# MSDS sheet for snow removal



## sn95vert (Nov 15, 2009)

I am in the process to expand to big commercial account and they would like me to provide an msds sheet for the bidding process. I have never heard of anyone doing this for snow removal nor ever did one myself. How do I go about making a msds sheet? Im tottaly lost and confused.


----------



## nixray (Jan 31, 2008)

If I were you get one for your ice melt products, and any chemicals you will be using on the site (Fuel, Hydo' fluid, windshield wash etc).. they may be wanting the MSDS's in case of a spill or collision. As a legit company you should have all of these on file anyway


----------



## Camden (Mar 10, 2007)

I was able to print the MSDS sheets off of the websites of each company I bought products from. In one case I had to email the company and they sent back an attachment that had what I needed.
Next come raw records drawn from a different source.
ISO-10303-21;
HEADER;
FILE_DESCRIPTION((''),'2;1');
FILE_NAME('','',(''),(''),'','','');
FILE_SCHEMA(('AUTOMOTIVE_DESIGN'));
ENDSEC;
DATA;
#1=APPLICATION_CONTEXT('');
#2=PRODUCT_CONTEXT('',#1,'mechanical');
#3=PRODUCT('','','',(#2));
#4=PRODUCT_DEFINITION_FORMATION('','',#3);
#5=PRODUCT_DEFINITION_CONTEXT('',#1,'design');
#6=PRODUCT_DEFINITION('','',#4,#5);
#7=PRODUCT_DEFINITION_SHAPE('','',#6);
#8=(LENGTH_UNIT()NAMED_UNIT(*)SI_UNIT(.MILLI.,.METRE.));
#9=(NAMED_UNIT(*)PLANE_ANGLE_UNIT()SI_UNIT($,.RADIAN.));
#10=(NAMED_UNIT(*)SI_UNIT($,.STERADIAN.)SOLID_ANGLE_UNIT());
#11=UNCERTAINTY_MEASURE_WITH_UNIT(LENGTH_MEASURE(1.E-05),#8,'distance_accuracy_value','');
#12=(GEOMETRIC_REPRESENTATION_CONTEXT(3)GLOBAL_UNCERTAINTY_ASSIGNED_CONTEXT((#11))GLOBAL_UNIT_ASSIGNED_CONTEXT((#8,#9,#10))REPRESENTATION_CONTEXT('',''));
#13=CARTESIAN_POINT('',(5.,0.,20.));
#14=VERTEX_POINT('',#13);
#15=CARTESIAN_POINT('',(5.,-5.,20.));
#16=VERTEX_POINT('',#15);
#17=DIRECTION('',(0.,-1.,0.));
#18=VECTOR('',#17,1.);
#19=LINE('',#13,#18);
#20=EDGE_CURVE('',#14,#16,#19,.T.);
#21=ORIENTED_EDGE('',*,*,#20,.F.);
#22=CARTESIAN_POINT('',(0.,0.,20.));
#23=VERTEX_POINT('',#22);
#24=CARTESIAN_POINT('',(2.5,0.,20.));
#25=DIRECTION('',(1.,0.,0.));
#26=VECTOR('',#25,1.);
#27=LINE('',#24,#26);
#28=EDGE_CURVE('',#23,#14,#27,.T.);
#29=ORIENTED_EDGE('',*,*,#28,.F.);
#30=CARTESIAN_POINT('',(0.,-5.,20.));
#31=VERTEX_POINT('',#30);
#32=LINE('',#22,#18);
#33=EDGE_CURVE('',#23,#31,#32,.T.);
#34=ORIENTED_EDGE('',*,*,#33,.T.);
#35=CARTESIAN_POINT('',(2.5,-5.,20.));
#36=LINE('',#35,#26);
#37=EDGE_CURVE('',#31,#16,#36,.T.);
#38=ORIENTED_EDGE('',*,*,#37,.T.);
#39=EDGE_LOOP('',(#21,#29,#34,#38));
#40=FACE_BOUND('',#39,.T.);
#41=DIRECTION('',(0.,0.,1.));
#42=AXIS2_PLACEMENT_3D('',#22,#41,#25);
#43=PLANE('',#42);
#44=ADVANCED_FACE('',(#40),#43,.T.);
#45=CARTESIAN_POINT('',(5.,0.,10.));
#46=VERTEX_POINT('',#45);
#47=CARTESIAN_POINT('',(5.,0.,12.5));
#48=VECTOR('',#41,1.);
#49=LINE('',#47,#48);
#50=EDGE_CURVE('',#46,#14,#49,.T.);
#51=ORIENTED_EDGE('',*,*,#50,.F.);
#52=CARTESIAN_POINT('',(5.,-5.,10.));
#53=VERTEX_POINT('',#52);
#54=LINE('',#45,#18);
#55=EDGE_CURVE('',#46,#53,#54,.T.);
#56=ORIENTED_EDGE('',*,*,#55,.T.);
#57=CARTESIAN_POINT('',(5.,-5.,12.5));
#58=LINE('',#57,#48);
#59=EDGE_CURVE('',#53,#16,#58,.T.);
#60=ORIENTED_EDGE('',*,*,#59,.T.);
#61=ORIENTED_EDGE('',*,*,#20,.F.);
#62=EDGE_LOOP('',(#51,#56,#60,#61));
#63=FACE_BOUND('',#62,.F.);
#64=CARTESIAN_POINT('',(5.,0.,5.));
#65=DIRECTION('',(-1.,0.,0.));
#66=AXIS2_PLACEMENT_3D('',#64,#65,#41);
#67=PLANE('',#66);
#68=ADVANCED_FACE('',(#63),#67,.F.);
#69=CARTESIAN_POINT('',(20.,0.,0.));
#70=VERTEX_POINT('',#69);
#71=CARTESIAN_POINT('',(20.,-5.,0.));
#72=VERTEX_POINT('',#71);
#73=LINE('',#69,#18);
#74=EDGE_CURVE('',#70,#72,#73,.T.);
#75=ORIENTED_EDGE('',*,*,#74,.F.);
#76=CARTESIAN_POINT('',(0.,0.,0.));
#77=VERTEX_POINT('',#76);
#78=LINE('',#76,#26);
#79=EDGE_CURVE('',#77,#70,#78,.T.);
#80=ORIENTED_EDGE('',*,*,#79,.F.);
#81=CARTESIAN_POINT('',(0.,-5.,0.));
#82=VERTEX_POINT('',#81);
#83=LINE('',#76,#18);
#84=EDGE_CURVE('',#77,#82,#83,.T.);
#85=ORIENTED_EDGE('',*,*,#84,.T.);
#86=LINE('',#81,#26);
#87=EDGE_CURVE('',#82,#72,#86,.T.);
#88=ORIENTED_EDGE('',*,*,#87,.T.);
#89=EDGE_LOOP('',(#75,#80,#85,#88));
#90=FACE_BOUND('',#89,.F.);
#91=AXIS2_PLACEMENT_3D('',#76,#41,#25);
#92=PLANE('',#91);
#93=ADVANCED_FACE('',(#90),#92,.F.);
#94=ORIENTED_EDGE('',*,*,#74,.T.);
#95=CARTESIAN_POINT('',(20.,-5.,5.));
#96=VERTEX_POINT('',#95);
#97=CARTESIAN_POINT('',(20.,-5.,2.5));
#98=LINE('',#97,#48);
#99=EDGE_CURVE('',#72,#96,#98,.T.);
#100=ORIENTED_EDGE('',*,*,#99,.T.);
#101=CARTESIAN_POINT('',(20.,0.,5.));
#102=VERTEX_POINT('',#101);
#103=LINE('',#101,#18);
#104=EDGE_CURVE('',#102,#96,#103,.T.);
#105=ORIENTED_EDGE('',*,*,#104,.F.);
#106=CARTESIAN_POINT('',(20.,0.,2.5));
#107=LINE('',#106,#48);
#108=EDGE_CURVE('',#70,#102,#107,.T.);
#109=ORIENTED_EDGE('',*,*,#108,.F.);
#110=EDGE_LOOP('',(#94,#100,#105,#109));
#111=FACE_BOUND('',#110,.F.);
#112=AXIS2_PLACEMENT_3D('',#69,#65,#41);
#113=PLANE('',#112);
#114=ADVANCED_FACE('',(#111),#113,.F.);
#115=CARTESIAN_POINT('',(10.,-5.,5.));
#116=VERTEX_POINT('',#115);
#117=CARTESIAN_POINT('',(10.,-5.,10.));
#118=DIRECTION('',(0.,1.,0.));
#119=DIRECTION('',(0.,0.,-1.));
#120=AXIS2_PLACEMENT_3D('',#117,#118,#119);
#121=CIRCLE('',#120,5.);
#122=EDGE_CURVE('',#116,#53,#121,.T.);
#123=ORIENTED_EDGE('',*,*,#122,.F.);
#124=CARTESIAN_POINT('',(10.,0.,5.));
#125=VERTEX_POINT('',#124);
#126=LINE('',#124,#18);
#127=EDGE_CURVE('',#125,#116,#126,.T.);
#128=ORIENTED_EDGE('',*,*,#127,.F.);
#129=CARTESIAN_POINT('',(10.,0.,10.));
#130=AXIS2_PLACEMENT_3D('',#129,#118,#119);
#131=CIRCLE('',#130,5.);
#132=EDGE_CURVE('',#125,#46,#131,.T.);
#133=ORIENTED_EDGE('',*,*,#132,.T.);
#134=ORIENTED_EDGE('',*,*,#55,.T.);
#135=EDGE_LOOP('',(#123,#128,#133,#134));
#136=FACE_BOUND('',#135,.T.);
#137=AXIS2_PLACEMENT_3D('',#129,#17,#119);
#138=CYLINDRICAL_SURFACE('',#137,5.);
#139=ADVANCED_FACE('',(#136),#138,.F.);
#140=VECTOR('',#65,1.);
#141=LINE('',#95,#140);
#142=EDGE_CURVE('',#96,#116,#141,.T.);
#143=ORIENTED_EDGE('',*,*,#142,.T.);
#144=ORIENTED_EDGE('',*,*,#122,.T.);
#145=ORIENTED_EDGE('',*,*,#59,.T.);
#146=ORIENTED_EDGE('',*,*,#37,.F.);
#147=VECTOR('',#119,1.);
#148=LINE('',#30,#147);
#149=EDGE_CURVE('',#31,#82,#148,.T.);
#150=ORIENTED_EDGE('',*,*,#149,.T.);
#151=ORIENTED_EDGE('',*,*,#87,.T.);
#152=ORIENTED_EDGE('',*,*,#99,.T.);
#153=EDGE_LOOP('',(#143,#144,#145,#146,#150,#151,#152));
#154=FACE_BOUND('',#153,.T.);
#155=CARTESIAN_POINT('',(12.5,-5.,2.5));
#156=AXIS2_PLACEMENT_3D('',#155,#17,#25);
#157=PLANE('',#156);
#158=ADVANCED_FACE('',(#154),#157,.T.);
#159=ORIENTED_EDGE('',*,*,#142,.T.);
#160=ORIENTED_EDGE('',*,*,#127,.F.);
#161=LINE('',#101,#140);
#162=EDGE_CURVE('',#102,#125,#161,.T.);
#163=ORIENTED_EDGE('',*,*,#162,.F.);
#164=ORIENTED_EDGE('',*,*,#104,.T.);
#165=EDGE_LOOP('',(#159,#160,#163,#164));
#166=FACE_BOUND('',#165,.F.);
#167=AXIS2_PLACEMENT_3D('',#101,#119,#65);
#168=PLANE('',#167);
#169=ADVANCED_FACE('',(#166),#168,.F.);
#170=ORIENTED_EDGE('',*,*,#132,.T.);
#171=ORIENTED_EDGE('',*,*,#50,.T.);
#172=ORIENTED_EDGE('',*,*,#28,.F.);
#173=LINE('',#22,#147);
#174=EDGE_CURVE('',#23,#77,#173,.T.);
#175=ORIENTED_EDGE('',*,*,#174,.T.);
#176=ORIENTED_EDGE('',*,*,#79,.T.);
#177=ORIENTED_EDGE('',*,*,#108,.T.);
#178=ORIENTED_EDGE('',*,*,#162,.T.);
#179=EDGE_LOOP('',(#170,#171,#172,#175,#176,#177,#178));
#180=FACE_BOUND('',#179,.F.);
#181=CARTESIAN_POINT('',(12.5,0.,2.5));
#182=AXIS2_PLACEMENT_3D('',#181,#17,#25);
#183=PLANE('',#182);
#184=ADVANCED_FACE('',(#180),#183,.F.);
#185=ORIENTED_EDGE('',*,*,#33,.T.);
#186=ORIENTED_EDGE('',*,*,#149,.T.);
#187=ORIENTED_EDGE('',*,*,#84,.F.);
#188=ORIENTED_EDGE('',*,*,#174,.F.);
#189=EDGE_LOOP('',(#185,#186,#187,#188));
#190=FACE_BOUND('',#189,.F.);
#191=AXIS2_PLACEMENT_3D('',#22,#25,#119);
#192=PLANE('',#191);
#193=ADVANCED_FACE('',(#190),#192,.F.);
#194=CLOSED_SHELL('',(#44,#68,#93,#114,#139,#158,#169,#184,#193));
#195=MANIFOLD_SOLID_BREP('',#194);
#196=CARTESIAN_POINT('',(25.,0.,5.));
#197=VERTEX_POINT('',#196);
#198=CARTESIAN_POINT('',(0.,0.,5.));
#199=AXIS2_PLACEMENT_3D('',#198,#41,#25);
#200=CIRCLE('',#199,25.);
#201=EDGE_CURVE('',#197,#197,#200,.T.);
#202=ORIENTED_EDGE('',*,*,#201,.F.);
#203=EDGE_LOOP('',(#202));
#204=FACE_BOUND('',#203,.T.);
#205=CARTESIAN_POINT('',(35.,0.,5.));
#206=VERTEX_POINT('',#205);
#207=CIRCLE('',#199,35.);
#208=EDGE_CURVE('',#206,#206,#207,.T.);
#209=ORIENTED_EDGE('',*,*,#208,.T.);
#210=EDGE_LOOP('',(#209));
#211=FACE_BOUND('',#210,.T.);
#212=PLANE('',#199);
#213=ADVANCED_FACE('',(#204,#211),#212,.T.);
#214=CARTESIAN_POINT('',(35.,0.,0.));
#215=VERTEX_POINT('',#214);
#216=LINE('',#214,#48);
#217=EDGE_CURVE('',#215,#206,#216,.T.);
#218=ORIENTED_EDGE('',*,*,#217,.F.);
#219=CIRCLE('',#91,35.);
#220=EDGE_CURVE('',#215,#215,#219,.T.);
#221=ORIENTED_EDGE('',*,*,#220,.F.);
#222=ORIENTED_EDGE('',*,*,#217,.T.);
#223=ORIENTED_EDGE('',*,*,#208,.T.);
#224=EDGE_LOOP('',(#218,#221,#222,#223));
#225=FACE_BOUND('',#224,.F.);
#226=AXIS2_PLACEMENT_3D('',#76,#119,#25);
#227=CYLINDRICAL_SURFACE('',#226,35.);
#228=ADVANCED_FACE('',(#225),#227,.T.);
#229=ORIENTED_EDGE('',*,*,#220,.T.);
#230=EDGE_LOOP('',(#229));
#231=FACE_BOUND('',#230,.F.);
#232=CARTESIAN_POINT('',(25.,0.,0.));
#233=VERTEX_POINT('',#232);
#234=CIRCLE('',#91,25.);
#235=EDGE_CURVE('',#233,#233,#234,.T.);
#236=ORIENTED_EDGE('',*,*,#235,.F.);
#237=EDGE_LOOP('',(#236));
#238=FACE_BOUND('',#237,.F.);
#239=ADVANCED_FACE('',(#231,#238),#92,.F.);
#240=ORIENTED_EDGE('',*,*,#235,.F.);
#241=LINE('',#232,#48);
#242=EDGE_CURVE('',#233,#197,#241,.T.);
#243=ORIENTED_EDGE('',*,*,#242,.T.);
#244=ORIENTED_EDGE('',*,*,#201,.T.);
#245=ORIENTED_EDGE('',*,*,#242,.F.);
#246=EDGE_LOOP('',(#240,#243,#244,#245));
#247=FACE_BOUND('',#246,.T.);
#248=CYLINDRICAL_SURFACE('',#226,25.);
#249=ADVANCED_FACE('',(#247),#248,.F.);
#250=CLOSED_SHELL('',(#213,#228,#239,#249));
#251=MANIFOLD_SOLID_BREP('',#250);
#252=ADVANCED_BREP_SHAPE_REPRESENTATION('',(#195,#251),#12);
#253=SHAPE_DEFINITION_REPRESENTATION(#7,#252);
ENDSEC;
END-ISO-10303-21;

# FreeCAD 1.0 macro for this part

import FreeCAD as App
import Part
import Sketcher


def edges_at(feature, points):
    """Names of the edges that pass closest to the given points."""
    edges = feature.Shape.Edges
    near = lambda p: min(range(len(edges)), key=lambda i: edges[i].distToShape(Part.Vertex(*p))[0])
    return sorted({f"Edge{near(p) + 1}" for p in points})


def add_polygon(sketch, points):
    """Adds a closed chain of lines whose ends are joined by coincident constraints."""
    first, n = sketch.GeometryCount, len(points)
    for a, b in zip(points, points[1:] + points[:1]):
        sketch.addGeometry(Part.LineSegment(App.Vector(*a, 0), App.Vector(*b, 0)), False)
    for i in range(n):
        sketch.addConstraint(Sketcher.Constraint("Coincident", first + i, 2, first + (i + 1) % n, 1))

doc = App.newDocument("Part")
params = doc.addObject("Spreadsheet::Sheet", "Params")
for row, (alias, value) in enumerate([
    ("sketch1_diameter", "70 mm"),
    ("sketch1_diameter2", "50 mm"),
    ("pad1_length", "5 mm"),
    ("sketch2_width", "15 mm"),
    ("sketch2_width2", "5 mm"),
    ("pad2_length", "5 mm"),
    ("fillet_radius", "5 mm"),
], start=1):
    params.set(f"A{row}", alias)
    params.set(f"B{row}", "=" + value)
    params.setAlias(f"B{row}", alias)

body = doc.addObject("PartDesign::Body", "Body")

sketch1 = body.newObject("Sketcher::SketchObject", "Sketch")
sketch1.AttachmentSupport = (doc.getObject("XY_Plane"), [""])
sketch1.MapMode = "FlatFace"
sketch1.addGeometry(Part.Circle(App.Vector(0, 0, 0), App.Vector(0, 0, 1), 35), False)
sketch1.addGeometry(Part.Circle(App.Vector(0, 0, 0), App.Vector(0, 0, 1), 25), False)
sketch1.addConstraint(Sketcher.Constraint("Coincident", 0, 3, -1, 1))
sketch1.addConstraint(Sketcher.Constraint("Coincident", 1, 3, -1, 1))
sketch1.addConstraint(Sketcher.Constraint("Diameter", 0, 70.0))
sketch1.addConstraint(Sketcher.Constraint("Diameter", 1, 50.0))
sketch1.setExpression("Constraints[2]", "Params.sketch1_diameter")
sketch1.setExpression("Constraints[3]", "Params.sketch1_diameter2")
pad1 = body.newObject("PartDesign::Pad", "Pad")
pad1.Profile = sketch1
pad1.setExpression("Length", "Params.pad1_length")
body2 = doc.addObject("PartDesign::Body", "Body001")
You shouldn't have too much trouble if you just spend a little time on it.


----------



## JohnnyRoyale (Jun 18, 2006)

They most probably only want the MSDS sheets for the ice melter you intend to use and not all of the chemicals you use in your operation. Like mentioned you could probably download it from your suppliers website or call them.


----------



## swtiih (Nov 30, 2008)

The place you bought the salt or the manufacturer should have one


----------



## Mr.Markus (Jan 7, 2010)

I agree! Good suppliers just have them available online for you. Here's an example: http://www.thawrox.com/pdfs/MSDS.pdf


----------



## Moonlighter (Mar 31, 2008)

Thanks guys I totally forgot to put those in the snow books.


----------